Items from a data source:
:::
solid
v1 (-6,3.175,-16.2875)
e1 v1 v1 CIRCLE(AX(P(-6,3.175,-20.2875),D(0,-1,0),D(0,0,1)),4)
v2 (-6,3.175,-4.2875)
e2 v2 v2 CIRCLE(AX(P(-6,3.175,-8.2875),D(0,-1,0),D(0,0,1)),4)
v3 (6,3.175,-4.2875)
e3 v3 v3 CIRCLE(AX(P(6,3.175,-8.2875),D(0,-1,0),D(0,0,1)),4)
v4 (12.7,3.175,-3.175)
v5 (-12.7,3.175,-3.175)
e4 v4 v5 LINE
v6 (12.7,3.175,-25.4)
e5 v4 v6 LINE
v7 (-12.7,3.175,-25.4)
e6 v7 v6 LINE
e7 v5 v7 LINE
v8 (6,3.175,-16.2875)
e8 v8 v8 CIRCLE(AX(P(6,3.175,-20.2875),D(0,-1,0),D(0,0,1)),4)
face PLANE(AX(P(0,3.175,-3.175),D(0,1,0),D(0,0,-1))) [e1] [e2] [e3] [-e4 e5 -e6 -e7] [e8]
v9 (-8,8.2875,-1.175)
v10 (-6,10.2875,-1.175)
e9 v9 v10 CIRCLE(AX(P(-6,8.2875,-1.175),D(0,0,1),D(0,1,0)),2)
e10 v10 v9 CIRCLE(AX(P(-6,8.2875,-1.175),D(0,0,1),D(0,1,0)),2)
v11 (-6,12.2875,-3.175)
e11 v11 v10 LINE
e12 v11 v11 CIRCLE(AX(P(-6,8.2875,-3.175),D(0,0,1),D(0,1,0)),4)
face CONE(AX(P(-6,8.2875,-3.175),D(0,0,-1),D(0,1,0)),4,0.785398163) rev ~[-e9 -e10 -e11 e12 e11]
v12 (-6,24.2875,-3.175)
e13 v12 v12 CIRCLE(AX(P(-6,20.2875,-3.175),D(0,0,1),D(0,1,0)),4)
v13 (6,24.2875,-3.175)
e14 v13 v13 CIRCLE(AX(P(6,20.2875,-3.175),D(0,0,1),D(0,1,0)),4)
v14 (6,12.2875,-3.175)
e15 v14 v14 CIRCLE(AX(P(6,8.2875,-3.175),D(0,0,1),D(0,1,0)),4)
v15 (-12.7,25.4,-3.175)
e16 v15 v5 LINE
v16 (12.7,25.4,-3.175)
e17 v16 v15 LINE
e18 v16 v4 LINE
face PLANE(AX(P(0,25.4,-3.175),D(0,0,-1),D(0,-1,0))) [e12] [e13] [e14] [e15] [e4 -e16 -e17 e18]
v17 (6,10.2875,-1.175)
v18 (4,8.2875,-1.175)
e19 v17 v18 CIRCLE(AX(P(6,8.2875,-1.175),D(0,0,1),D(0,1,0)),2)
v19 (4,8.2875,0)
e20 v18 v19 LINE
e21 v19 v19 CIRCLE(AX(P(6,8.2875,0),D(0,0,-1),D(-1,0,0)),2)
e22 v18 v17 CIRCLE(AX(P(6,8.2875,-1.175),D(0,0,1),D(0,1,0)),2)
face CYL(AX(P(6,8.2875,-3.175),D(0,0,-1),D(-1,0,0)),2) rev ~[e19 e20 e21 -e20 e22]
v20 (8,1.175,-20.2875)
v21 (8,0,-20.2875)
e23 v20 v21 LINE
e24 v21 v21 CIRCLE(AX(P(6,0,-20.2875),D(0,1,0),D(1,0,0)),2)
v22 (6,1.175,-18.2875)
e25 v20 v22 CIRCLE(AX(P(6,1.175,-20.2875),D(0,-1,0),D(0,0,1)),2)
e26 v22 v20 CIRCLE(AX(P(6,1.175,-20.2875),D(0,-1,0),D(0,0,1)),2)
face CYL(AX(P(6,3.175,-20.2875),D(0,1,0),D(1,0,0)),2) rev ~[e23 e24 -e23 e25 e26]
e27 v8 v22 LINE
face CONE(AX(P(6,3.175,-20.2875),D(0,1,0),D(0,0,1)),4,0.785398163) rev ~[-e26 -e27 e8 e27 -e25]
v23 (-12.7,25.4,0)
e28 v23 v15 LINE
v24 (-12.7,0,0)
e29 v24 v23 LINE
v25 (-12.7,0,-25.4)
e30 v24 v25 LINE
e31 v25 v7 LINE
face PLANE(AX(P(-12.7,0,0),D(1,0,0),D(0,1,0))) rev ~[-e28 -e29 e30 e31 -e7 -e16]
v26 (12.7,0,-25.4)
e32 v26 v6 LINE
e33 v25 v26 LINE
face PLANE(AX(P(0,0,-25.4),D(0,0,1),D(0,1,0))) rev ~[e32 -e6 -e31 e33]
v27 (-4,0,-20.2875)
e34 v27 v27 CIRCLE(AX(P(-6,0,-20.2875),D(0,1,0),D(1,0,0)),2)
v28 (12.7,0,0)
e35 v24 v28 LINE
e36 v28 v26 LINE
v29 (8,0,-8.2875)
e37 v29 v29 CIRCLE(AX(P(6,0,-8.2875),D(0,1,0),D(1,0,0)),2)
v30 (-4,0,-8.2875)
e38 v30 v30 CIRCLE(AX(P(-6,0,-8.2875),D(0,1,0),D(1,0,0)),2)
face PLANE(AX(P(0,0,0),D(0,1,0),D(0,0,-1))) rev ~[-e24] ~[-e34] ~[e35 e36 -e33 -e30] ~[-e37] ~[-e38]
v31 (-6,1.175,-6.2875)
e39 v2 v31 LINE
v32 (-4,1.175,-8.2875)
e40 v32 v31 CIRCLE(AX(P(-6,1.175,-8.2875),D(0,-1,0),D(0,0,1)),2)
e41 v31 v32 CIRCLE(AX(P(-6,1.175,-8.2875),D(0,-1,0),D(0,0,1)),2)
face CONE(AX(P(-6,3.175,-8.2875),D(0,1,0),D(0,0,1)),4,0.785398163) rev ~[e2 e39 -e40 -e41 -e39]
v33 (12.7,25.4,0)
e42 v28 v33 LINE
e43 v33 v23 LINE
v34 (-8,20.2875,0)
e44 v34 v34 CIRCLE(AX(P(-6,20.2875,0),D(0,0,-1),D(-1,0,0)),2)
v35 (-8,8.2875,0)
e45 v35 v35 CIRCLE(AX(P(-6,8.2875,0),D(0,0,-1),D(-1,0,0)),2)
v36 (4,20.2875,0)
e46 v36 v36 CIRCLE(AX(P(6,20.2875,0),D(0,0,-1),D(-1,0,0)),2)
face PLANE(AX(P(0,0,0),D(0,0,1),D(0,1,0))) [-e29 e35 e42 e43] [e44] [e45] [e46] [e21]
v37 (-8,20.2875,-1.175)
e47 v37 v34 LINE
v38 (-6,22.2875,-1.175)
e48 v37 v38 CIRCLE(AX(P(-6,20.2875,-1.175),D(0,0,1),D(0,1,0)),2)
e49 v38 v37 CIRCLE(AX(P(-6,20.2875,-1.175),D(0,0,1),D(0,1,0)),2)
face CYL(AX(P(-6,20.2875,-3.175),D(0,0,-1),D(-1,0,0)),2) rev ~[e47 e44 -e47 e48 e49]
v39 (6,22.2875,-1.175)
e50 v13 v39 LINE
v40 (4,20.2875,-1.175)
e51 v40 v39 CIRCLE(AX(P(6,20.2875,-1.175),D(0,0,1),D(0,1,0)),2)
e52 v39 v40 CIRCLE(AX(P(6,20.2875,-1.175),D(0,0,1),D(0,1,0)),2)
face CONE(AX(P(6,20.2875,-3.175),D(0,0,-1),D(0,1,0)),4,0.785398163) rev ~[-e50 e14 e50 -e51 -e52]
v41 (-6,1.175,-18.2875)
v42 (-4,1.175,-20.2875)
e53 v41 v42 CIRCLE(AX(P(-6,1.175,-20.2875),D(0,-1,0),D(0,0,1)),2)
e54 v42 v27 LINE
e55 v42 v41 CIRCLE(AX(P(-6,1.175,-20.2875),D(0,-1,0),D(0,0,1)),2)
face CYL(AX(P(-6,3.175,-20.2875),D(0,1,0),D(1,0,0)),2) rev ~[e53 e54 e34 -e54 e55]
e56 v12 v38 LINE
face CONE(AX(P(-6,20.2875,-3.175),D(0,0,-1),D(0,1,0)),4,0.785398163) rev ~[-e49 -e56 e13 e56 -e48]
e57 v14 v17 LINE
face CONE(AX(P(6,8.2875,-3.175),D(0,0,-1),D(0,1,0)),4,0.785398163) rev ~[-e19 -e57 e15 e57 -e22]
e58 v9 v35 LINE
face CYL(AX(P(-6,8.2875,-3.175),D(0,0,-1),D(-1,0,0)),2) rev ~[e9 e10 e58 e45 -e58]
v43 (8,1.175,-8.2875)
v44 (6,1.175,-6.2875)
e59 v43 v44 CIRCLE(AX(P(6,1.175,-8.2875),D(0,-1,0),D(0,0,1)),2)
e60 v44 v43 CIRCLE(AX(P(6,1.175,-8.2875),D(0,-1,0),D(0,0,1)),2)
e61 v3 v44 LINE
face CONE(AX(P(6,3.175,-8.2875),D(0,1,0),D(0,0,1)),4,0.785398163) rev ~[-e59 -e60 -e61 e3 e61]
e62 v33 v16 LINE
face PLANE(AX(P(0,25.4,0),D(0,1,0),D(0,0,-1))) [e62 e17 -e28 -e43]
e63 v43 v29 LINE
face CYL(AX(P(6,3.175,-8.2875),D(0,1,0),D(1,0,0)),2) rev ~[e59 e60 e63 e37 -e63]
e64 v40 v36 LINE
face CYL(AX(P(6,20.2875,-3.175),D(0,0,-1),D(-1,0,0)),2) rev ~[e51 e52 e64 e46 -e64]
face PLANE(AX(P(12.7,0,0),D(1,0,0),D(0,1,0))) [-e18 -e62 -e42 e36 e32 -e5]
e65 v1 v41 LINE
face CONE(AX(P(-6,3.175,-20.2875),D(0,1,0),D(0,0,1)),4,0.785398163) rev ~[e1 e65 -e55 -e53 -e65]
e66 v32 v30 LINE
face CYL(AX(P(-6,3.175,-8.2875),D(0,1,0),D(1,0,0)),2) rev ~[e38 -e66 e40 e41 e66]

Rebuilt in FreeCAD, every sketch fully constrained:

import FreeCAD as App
import Part
import Sketcher
from FreeCAD import Vector
Q = App.Units.Quantity

doc = App.newDocument("Part")
body = doc.addObject("PartDesign::Body", "Body")

sketch1 = doc.addObject("Sketcher::SketchObject", "Sketch")
body.addObject(sketch1)
sketch1.AttachmentSupport = (doc.YZ_Plane, [""])
sketch1.MapMode = "FlatFace"
sketch1.addGeometry([
    Part.LineSegment(Vector(25.4, 0, 0), Vector(0, 0, 0)),
    Part.LineSegment(Vector(0, 0, 0), Vector(0, -25.4, 0)),
    Part.LineSegment(Vector(0, -25.4, 0), Vector(3.175, -25.4, 0)),
    Part.LineSegment(Vector(3.175, -25.4, 0), Vector(3.175, -3.175, 0)),
    Part.LineSegment(Vector(3.175, -3.175, 0), Vector(25.4, -3.175, 0)),
    Part.LineSegment(Vector(25.4, -3.175, 0), Vector(25.4, 0, 0)),
], False)
sketch1.addConstraint([
    Sketcher.Constraint("Coincident", 0, 2, 1, 1),
    Sketcher.Constraint("Coincident", 1, 2, 2, 1),
    Sketcher.Constraint("Coincident", 2, 2, 3, 1),
    Sketcher.Constraint("Coincident", 3, 2, 4, 1),
    Sketcher.Constraint("Coincident", 4, 2, 5, 1),
    Sketcher.Constraint("Coincident", 5, 2, 0, 1),
    Sketcher.Constraint("Horizontal", 0),
    Sketcher.Constraint("Vertical", 1),
    Sketcher.Constraint("Horizontal", 2),
    Sketcher.Constraint("Vertical", 3),
    Sketcher.Constraint("Horizontal", 4),
    Sketcher.Constraint("Vertical", 5),
    Sketcher.Constraint("Coincident", 0, 2, -1, 1),
    Sketcher.Constraint("Equal", 0, 1),
    Sketcher.Constraint("Equal", 4, 3),
    Sketcher.Constraint("DistanceX", 0, 2, 0, 1, Q("1 in")),
    Sketcher.Constraint("DistanceX", 2, 1, 2, 2, Q("0.125 in")),
])
pad1 = doc.addObject("PartDesign::Pad", "Pad")
body.addObject(pad1)
pad1.Profile = sketch1
pad1.Length = Q("1 in")
pad1.Midplane = True

sketch2 = doc.addObject("Sketcher::SketchObject", "Sketch001")
body.addObject(sketch2)
sketch2.AttachmentSupport = (doc.XZ_Plane, [""])
sketch2.MapMode = "FlatFace"
sketch2.AttachmentOffset = App.Placement(Vector(0, 0, -0.125 * 25.4), App.Rotation())
sketch2.addGeometry(Part.Circle(Vector(6, -20.2875, 0), Vector(0, 0, 1), 2), False)
sketch2.addConstraint([
    Sketcher.Constraint("Diameter", 0, Q("4 mm")),
    Sketcher.Constraint("DistanceX", -1, 1, 0, 3, Q("6 mm")),
    Sketcher.Constraint("DistanceY", 0, 3, -1, 1, Q("20.2875 mm")),
])
pocket1 = doc.addObject("PartDesign::Pocket", "Pocket")
body.addObject(pocket1)
pocket1.Profile = sketch2
pocket1.Type = "ThroughAll"
pocket1.Reversed = True

sketch3 = doc.addObject("Sketcher::SketchObject", "Sketch002")
body.addObject(sketch3)
sketch3.AttachmentSupport = (doc.XY_Plane, [""])
sketch3.MapMode = "FlatFace"
sketch3.AttachmentOffset = App.Placement(Vector(0, 0, -0.125 * 25.4), App.Rotation())
sketch3.addGeometry(Part.Circle(Vector(-6, 20.2875, 0), Vector(0, 0, 1), 2), False)
sketch3.addConstraint([
    Sketcher.Constraint("Diameter", 0, Q("4 mm")),
    Sketcher.Constraint("DistanceX", 0, 3, -1, 1, Q("6 mm")),
    Sketcher.Constraint("DistanceY", -1, 1, 0, 3, Q("20.2875 mm")),
])
pocket2 = doc.addObject("PartDesign::Pocket", "Pocket001")
body.addObject(pocket2)
pocket2.Profile = sketch3
pocket2.Type = "ThroughAll"
pocket2.Reversed = True

sketch4 = doc.addObject("Sketcher::SketchObject", "Sketch003")
body.addObject(sketch4)
sketch4.AttachmentSupport = (doc.XZ_Plane, [""])
sketch4.MapMode = "FlatFace"
sketch4.AttachmentOffset = App.Placement(Vector(0, 0, -0.125 * 25.4), App.Rotation())
sketch4.addGeometry([
    Part.Circle(Vector(-6, -20.2875, 0), Vector(0, 0, 1), 2),
    Part.Circle(Vector(-6, -8.2875, 0), Vector(0, 0, 1), 2),
    Part.Circle(Vector(6, -8.2875, 0), Vector(0, 0, 1), 2),
], False)
sketch4.addConstraint([
    Sketcher.Constraint("Equal", 0, 1),
    Sketcher.Constraint("Equal", 1, 2),
    Sketcher.Constraint("Symmetric", 1, 3, 2, 3, -2),
    Sketcher.Constraint("Vertical", 0, 3, 1, 3),
    Sketcher.Constraint("Diameter", 0, Q("4 mm")),
    Sketcher.Constraint("DistanceX", 0, 3, -1, 1, Q("6 mm")),
    Sketcher.Constraint("DistanceY", 0, 3, -1, 1, Q("20.2875 mm")),
    Sketcher.Constraint("DistanceY", 1, 3, -1, 1, Q("8.2875 mm")),
])
pocket3 = doc.addObject("PartDesign::Pocket", "Pocket002")
body.addObject(pocket3)
pocket3.Profile = sketch4
pocket3.Type = "ThroughAll"
pocket3.Reversed = True

sketch5 = doc.addObject("Sketcher::SketchObject", "Sketch004")
body.addObject(sketch5)
sketch5.AttachmentSupport = (doc.XY_Plane, [""])
sketch5.MapMode = "FlatFace"
sketch5.AttachmentOffset = App.Placement(Vector(0, 0, -0.125 * 25.4), App.Rotation())
sketch5.addGeometry([
    Part.Circle(Vector(6, 20.2875, 0), Vector(0, 0, 1), 2),
    Part.Circle(Vector(6, 8.2875, 0), Vector(0, 0, 1), 2),
    Part.Circle(Vector(-6, 8.2875, 0), Vector(0, 0, 1), 2),
], False)
sketch5.addConstraint([
    Sketcher.Constraint("Equal", 0, 1),
    Sketcher.Constraint("Equal", 1, 2),
    Sketcher.Constraint("Symmetric", 1, 3, 2, 3, -2),
    Sketcher.Constraint("Vertical", 0, 3, 1, 3),
    Sketcher.Constraint("Diameter", 0, Q("4 mm")),
    Sketcher.Constraint("DistanceX", -1, 1, 0, 3, Q("6 mm")),
    Sketcher.Constraint("DistanceY", -1, 1, 0, 3, Q("20.2875 mm")),
    Sketcher.Constraint("DistanceY", -1, 1, 1, 3, Q("8.2875 mm")),
])
pocket4 = doc.addObject("PartDesign::Pocket", "Pocket003")
body.addObject(pocket4)
pocket4.Profile = sketch5
pocket4.Type = "ThroughAll"
pocket4.Reversed = True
:::
INSTRUCTIONS FOR THE TASK: Above are the entries. Output exactly the lines beginning with the line that has "face CYL(AX(P(6,3.175,-8.2875),D(0,1,0),D(1,0,0)),2) rev" and ending with the line that has "Rebuilt in FreeCAD, every".

RESPONSE FOR THIS EXERCISE:
face CYL(AX(P(6,3.175,-8.2875),D(0,1,0),D(1,0,0)),2) rev ~[e59 e60 e63 e37 -e63]
e64 v40 v36 LINE
face CYL(AX(P(6,20.2875,-3.175),D(0,0,-1),D(-1,0,0)),2) rev ~[e51 e52 e64 e46 -e64]
face PLANE(AX(P(12.7,0,0),D(1,0,0),D(0,1,0))) [-e18 -e62 -e42 e36 e32 -e5]
e65 v1 v41 LINE
face CONE(AX(P(-6,3.175,-20.2875),D(0,1,0),D(0,0,1)),4,0.785398163) rev ~[e1 e65 -e55 -e53 -e65]
e66 v32 v30 LINE
face CYL(AX(P(-6,3.175,-8.2875),D(0,1,0),D(1,0,0)),2) rev ~[e38 -e66 e40 e41 e66]

Rebuilt in FreeCAD, every sketch fully constrained:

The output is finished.